TASK STATEMENT: Using the listing below, set down exactly the lines starting at the line that contains "-47.631107228), (8.008399497, -45.713317718))" and ending at the line that contains "FreeCAD Python script", both included, and no others.

THE RECORDS:
━━━━━━━━━━━━━━━━
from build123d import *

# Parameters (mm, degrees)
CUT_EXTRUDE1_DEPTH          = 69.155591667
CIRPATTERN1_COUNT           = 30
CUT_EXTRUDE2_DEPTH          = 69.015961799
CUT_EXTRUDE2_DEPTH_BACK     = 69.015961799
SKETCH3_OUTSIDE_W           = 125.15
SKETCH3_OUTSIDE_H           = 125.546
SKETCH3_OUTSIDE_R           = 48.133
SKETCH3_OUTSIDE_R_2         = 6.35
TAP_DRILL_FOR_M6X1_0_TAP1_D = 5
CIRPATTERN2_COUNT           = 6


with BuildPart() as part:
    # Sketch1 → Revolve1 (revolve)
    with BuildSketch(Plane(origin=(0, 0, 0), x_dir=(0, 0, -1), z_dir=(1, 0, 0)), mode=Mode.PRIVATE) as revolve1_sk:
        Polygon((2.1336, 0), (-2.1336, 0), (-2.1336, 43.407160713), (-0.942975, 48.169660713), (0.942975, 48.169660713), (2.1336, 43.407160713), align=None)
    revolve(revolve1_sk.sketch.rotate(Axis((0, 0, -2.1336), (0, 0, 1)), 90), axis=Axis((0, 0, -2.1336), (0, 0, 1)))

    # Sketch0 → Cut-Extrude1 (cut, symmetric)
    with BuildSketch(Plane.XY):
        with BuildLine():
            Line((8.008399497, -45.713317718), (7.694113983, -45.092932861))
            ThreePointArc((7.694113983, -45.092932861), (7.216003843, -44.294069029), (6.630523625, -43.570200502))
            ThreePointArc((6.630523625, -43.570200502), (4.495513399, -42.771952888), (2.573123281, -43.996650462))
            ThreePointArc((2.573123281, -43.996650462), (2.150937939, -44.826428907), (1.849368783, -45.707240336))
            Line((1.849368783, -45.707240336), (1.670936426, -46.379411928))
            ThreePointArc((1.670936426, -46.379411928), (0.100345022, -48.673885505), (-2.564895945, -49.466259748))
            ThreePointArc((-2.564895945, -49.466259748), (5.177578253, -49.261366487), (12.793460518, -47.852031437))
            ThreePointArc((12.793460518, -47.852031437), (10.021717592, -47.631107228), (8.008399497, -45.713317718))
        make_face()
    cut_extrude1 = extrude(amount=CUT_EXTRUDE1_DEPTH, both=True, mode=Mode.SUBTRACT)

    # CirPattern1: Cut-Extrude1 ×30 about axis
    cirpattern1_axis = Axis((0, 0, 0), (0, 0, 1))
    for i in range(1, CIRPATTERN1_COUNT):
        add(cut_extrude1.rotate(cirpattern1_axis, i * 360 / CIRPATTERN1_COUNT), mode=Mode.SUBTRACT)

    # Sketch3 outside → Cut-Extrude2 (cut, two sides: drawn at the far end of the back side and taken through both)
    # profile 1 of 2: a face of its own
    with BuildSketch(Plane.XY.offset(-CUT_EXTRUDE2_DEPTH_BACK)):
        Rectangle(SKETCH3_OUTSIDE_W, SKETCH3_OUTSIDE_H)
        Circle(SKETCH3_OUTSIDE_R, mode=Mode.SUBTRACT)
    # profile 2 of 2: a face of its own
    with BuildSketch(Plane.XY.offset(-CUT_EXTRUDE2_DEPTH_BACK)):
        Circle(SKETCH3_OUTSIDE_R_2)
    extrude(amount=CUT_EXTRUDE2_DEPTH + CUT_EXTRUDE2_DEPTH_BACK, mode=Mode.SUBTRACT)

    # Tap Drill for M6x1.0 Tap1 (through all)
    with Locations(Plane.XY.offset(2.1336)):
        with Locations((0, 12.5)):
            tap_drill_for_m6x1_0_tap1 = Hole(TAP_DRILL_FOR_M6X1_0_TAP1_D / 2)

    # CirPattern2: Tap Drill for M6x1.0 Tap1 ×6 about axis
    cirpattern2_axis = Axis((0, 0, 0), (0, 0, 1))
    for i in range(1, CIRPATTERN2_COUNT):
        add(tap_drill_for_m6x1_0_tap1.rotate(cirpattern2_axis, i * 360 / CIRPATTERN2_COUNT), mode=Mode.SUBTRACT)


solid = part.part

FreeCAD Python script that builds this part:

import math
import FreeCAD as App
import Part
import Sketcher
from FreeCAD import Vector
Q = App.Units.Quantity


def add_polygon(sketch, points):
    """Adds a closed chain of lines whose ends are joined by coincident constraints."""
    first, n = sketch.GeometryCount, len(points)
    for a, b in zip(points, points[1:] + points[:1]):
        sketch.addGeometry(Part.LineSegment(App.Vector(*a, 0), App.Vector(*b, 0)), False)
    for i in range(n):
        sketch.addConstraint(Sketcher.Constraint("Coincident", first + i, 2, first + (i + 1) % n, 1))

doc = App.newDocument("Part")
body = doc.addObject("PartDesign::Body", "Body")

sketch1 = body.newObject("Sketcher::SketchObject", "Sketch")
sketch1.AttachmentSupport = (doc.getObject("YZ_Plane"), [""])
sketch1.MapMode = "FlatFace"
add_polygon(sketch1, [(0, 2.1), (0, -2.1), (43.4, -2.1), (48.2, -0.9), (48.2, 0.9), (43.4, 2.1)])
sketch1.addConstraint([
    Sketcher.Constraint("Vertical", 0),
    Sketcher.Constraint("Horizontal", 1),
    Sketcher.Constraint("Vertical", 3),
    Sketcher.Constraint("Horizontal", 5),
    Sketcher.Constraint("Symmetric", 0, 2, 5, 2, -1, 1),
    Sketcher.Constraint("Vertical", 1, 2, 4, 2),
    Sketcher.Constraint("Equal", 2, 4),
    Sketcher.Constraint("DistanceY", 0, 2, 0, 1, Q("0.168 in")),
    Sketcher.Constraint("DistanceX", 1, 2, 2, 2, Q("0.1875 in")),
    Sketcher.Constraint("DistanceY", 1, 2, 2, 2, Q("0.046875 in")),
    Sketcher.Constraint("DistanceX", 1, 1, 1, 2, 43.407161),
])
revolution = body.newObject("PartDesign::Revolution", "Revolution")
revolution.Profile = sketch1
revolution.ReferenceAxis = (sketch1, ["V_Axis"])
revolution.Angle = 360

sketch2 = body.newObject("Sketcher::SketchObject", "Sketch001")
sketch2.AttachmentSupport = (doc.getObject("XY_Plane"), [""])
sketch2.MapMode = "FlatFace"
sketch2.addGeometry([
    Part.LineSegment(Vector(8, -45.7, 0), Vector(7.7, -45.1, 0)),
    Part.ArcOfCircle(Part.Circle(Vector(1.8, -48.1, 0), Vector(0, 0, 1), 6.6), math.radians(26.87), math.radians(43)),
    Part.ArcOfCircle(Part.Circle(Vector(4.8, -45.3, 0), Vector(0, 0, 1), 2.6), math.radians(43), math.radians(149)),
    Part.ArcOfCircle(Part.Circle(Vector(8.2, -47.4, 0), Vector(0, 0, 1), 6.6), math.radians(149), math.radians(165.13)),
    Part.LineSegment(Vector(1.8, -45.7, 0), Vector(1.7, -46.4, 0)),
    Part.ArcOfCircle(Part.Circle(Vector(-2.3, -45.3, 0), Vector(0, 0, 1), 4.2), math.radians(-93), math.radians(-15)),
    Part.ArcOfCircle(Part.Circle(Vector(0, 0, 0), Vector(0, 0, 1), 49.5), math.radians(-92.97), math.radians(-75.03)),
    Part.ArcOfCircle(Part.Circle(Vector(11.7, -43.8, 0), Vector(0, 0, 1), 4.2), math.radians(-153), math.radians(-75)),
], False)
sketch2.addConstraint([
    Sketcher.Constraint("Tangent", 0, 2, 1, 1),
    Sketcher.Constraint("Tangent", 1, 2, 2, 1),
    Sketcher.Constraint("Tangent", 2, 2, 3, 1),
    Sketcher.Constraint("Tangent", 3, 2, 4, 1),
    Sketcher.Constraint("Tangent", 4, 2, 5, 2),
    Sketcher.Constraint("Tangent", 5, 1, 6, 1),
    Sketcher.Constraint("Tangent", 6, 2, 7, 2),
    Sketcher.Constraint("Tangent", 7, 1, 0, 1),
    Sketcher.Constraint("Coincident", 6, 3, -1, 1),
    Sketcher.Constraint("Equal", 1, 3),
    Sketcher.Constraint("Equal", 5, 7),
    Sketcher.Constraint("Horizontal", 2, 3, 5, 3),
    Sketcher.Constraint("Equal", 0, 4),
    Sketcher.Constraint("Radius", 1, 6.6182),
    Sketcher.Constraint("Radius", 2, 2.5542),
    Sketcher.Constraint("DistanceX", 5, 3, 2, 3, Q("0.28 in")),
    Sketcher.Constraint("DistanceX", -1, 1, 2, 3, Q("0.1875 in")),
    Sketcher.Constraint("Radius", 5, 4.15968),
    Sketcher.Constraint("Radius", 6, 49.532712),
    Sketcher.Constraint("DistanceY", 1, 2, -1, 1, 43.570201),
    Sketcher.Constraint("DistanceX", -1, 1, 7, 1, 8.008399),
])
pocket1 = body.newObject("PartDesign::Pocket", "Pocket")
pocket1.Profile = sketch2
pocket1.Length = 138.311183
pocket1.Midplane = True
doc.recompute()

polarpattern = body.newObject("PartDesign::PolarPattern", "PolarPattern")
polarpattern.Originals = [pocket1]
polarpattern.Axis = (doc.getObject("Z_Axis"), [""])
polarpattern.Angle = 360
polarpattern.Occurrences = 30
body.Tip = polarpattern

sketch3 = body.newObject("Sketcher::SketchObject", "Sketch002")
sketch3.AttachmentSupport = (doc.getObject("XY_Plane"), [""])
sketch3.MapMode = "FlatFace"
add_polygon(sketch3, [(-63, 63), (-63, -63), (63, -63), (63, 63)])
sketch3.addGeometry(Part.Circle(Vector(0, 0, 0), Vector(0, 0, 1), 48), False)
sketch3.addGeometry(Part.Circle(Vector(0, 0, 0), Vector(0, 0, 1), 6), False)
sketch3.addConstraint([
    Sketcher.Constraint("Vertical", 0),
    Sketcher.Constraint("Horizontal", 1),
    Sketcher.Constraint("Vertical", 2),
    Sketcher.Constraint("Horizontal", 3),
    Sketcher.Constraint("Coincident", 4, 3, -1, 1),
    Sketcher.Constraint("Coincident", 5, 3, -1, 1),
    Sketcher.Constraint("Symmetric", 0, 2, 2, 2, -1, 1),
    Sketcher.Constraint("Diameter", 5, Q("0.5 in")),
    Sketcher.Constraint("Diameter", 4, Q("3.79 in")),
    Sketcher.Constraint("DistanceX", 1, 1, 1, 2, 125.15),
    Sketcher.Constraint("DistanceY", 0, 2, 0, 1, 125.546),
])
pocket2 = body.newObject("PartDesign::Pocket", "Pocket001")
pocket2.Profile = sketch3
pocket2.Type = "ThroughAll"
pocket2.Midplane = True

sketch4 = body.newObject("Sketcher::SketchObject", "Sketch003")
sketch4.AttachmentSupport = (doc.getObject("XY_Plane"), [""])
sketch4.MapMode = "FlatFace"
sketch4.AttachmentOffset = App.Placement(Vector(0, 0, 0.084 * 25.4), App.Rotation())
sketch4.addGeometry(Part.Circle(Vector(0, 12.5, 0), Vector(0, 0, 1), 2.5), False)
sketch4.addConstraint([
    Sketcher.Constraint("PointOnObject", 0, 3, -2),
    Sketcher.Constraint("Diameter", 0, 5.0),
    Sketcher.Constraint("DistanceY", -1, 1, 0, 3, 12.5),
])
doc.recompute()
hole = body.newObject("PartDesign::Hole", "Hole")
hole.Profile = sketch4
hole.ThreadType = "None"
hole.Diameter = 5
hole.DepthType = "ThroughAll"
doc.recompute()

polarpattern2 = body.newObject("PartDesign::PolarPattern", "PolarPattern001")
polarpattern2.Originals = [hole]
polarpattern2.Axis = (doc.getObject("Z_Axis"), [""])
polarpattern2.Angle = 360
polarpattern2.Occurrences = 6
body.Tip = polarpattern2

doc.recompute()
━━━━━━━━━━━━━━━━
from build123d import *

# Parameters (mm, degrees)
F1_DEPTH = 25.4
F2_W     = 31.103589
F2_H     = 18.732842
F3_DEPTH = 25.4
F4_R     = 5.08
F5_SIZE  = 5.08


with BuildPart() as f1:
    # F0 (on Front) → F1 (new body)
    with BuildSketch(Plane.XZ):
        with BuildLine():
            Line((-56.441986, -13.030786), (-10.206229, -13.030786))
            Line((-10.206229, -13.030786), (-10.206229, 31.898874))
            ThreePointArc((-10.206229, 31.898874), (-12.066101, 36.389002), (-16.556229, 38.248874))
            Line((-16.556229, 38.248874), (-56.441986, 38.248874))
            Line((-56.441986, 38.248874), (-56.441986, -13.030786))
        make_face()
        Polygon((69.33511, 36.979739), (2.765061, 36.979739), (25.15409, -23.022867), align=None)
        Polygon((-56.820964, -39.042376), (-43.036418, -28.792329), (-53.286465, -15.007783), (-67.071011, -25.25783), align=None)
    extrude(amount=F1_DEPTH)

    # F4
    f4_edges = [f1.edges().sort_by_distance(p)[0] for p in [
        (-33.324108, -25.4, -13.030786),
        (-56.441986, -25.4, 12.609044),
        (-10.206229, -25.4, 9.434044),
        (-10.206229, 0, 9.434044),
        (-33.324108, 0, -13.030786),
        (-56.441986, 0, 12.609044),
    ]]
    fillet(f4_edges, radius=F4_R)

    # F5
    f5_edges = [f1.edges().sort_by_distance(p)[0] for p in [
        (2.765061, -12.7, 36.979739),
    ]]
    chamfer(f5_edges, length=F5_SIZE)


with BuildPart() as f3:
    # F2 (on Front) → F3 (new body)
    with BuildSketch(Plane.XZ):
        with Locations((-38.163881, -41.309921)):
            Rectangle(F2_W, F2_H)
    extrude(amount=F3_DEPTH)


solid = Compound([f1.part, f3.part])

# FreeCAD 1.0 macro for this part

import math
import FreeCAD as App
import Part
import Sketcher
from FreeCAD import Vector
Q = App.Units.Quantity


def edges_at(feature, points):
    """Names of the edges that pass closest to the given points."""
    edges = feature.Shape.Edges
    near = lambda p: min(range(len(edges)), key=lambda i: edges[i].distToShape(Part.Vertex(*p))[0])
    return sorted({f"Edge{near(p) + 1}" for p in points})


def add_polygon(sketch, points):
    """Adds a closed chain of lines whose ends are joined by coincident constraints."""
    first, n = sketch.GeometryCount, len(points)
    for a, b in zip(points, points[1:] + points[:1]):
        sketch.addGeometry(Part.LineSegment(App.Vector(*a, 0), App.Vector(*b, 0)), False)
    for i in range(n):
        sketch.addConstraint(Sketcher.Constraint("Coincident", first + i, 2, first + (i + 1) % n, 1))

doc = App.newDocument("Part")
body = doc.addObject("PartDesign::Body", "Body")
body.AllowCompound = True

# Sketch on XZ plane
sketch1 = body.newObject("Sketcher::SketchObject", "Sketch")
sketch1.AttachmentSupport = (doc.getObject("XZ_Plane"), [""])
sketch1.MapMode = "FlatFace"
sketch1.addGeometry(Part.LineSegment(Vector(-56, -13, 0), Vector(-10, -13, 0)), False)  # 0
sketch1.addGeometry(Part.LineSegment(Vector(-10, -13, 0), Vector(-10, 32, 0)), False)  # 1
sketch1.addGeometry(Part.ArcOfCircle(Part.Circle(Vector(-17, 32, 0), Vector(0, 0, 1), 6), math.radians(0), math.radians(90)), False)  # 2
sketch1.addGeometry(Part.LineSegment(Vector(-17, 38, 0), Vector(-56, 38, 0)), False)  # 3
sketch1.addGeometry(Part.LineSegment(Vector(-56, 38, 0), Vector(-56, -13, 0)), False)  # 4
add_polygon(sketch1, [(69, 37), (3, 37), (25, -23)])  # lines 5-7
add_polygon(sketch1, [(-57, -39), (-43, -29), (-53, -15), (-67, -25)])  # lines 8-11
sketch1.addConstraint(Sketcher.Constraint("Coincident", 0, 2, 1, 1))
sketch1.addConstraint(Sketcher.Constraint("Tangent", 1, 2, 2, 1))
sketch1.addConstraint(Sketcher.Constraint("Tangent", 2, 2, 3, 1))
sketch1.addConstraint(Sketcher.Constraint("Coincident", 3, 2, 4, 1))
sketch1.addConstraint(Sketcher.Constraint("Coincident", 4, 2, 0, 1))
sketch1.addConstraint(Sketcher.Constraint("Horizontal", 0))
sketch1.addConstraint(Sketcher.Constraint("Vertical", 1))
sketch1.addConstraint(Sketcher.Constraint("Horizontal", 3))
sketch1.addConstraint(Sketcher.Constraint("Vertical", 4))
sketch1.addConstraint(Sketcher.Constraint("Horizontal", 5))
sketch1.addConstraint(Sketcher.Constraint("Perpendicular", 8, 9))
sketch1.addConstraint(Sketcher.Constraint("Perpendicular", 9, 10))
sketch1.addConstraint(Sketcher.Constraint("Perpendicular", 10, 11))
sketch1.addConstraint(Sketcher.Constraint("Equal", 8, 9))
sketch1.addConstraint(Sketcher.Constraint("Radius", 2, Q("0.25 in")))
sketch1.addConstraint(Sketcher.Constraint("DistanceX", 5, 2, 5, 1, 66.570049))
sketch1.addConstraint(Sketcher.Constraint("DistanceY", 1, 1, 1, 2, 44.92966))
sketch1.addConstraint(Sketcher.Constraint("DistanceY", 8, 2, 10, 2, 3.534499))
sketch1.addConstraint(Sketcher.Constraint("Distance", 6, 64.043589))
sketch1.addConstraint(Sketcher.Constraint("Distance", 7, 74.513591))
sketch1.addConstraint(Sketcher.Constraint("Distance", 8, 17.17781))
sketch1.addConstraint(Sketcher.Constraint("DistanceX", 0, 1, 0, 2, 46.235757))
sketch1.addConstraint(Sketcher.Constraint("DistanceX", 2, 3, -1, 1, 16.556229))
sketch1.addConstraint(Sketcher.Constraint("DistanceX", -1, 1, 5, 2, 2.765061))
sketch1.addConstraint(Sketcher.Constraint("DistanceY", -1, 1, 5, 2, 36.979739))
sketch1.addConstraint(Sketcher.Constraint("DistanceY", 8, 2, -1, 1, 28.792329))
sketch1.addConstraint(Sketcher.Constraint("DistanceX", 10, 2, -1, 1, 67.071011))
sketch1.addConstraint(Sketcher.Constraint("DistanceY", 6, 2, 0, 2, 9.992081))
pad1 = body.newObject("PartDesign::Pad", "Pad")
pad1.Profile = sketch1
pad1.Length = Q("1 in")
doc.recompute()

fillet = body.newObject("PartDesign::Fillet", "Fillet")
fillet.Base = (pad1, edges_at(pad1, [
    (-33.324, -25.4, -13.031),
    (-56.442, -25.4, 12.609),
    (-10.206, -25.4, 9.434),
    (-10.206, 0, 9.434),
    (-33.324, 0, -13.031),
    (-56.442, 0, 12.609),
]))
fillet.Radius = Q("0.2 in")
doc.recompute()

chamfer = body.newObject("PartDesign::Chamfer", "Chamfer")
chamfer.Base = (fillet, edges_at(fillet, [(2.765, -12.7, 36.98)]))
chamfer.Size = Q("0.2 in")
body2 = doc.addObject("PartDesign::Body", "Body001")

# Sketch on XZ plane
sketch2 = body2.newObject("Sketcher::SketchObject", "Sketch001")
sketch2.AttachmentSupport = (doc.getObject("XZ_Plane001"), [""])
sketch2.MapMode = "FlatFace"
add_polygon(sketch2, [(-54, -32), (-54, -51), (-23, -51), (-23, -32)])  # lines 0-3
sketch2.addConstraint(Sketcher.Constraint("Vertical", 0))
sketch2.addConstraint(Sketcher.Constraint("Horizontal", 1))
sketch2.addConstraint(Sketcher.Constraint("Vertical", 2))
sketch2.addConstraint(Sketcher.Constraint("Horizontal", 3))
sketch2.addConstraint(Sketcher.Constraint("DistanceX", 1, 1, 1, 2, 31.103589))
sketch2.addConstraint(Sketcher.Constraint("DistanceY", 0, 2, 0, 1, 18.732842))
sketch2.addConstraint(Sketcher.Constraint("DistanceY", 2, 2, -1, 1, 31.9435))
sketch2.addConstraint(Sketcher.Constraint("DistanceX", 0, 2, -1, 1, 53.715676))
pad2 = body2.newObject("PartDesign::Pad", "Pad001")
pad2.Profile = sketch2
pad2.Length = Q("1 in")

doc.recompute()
━━━━━━━━━━━━━━━━
SOLUTION:
            ThreePointArc((12.793460518, -47.852031437), (10.021717592, -47.631107228), (8.008399497, -45.713317718))
        make_face()
    cut_extrude1 = extrude(amount=CUT_EXTRUDE1_DEPTH, both=True, mode=Mode.SUBTRACT)

    # CirPattern1: Cut-Extrude1 ×30 about axis
    cirpattern1_axis = Axis((0, 0, 0), (0, 0, 1))
    for i in range(1, CIRPATTERN1_COUNT):
        add(cut_extrude1.rotate(cirpattern1_axis, i * 360 / CIRPATTERN1_COUNT), mode=Mode.SUBTRACT)

    # Sketch3 outside → Cut-Extrude2 (cut, two sides: drawn at the far end of the back side and taken through both)
    # profile 1 of 2: a face of its own
    with BuildSketch(Plane.XY.offset(-CUT_EXTRUDE2_DEPTH_BACK)):
        Rectangle(SKETCH3_OUTSIDE_W, SKETCH3_OUTSIDE_H)
        Circle(SKETCH3_OUTSIDE_R, mode=Mode.SUBTRACT)
    # profile 2 of 2: a face of its own
    with BuildSketch(Plane.XY.offset(-CUT_EXTRUDE2_DEPTH_BACK)):
        Circle(SKETCH3_OUTSIDE_R_2)
    extrude(amount=CUT_EXTRUDE2_DEPTH + CUT_EXTRUDE2_DEPTH_BACK, mode=Mode.SUBTRACT)

    # Tap Drill for M6x1.0 Tap1 (through all)
    with Locations(Plane.XY.offset(2.1336)):
        with Locations((0, 12.5)):
            tap_drill_for_m6x1_0_tap1 = Hole(TAP_DRILL_FOR_M6X1_0_TAP1_D / 2)

    # CirPattern2: Tap Drill for M6x1.0 Tap1 ×6 about axis
    cirpattern2_axis = Axis((0, 0, 0), (0, 0, 1))
    for i in range(1, CIRPATTERN2_COUNT):
        add(tap_drill_for_m6x1_0_tap1.rotate(cirpattern2_axis, i * 360 / CIRPATTERN2_COUNT), mode=Mode.SUBTRACT)


solid = part.part

FreeCAD Python script that builds this part:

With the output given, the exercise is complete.